Work request:
Take the data below and extract the lines from the one with "f 648 647 645" to the one with "f 655 654 674", inclusive, exactly as written.

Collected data
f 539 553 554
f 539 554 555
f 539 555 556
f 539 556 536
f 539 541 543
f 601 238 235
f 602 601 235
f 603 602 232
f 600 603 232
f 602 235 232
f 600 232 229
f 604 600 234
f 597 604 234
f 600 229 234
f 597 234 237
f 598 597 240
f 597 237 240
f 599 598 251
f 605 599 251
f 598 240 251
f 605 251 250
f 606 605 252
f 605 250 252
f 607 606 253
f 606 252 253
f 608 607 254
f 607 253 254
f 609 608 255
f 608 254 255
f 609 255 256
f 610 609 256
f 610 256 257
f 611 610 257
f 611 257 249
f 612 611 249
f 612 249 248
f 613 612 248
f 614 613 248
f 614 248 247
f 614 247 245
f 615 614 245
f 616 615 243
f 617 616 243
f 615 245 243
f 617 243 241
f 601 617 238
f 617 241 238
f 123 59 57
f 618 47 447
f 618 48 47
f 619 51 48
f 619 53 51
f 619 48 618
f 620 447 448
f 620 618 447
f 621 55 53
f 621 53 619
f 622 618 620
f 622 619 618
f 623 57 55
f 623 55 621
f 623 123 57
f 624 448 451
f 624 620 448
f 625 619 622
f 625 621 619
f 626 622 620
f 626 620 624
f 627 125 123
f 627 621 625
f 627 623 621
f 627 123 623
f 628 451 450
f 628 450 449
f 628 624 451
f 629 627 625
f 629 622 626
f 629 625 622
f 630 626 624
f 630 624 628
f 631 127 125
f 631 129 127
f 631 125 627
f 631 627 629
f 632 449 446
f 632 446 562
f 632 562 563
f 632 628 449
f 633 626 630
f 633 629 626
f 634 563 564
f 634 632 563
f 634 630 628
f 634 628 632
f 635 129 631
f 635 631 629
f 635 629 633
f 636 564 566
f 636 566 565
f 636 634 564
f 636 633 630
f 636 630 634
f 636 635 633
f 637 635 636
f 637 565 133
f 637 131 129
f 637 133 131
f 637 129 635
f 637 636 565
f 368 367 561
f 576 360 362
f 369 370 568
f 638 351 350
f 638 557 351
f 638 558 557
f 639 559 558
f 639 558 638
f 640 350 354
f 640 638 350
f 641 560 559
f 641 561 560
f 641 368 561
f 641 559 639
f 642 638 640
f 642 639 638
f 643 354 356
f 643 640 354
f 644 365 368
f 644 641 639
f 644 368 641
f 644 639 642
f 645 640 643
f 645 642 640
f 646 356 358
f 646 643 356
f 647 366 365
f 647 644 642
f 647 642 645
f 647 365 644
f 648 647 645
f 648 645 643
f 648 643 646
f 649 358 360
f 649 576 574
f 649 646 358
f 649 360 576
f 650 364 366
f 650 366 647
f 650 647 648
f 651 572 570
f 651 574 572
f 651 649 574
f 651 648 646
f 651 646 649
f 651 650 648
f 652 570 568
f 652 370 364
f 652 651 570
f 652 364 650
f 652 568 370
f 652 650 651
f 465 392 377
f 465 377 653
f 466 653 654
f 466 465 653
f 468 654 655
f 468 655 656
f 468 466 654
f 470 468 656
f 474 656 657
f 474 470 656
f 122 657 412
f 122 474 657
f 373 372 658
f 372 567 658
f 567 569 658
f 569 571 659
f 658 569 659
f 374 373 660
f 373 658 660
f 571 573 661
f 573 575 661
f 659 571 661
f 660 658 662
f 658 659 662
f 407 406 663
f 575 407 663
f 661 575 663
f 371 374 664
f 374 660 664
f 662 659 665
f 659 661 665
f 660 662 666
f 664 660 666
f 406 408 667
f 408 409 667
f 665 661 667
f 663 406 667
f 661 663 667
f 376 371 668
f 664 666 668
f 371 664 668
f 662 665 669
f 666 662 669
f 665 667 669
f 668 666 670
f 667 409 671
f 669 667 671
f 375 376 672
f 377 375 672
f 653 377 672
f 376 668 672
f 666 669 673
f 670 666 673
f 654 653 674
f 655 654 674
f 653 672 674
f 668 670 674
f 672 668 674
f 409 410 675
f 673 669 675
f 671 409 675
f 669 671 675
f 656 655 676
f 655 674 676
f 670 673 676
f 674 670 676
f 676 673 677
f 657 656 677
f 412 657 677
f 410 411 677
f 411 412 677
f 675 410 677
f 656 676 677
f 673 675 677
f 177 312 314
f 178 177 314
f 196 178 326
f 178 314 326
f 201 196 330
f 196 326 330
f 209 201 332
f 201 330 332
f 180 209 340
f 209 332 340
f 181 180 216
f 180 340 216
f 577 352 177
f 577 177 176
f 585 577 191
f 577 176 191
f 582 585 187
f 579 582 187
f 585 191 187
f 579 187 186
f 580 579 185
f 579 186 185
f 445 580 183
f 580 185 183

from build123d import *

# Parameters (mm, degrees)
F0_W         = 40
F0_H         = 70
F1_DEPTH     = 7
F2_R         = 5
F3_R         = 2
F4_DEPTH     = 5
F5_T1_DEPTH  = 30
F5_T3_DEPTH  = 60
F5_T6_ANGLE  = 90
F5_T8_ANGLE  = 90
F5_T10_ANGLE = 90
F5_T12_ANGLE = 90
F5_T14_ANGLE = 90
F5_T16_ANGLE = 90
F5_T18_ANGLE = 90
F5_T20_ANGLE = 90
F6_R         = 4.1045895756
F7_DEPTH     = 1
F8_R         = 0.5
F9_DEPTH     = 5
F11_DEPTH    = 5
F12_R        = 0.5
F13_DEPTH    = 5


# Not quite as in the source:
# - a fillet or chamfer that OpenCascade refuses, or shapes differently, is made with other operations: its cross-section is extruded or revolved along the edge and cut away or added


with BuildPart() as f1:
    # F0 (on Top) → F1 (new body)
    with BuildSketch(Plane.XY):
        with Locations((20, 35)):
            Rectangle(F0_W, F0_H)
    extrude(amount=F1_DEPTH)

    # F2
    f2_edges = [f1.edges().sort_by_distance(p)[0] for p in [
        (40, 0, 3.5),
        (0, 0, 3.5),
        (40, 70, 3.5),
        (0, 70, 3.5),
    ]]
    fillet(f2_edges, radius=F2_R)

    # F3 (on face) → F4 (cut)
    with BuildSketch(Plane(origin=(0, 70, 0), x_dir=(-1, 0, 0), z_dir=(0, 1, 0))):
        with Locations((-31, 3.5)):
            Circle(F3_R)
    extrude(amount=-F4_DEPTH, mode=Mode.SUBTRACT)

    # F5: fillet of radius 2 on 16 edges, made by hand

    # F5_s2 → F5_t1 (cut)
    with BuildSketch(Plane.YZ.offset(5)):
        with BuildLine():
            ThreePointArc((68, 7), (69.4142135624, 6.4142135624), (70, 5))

Result of the task:
f 648 647 645
f 648 645 643
f 648 643 646
f 649 358 360
f 649 576 574
f 649 646 358
f 649 360 576
f 650 364 366
f 650 366 647
f 650 647 648
f 651 572 570
f 651 574 572
f 651 649 574
f 651 648 646
f 651 646 649
f 651 650 648
f 652 570 568
f 652 370 364
f 652 651 570
f 652 364 650
f 652 568 370
f 652 650 651
f 465 392 377
f 465 377 653
f 466 653 654
f 466 465 653
f 468 654 655
f 468 655 656
f 468 466 654
f 470 468 656
f 474 656 657
f 474 470 656
f 122 657 412
f 122 474 657
f 373 372 658
f 372 567 658
f 567 569 658
f 569 571 659
f 658 569 659
f 374 373 660
f 373 658 660
f 571 573 661
f 573 575 661
f 659 571 661
f 660 658 662
f 658 659 662
f 407 406 663
f 575 407 663
f 661 575 663
f 371 374 664
f 374 660 664
f 662 659 665
f 659 661 665
f 660 662 666
f 664 660 666
f 406 408 667
f 408 409 667
f 665 661 667
f 663 406 667
f 661 663 667
f 376 371 668
f 664 666 668
f 371 664 668
f 662 665 669
f 666 662 669
f 665 667 669
f 668 666 670
f 667 409 671
f 669 667 671
f 375 376 672
f 377 375 672
f 653 377 672
f 376 668 672
f 666 669 673
f 670 666 673
f 654 653 674
f 655 654 674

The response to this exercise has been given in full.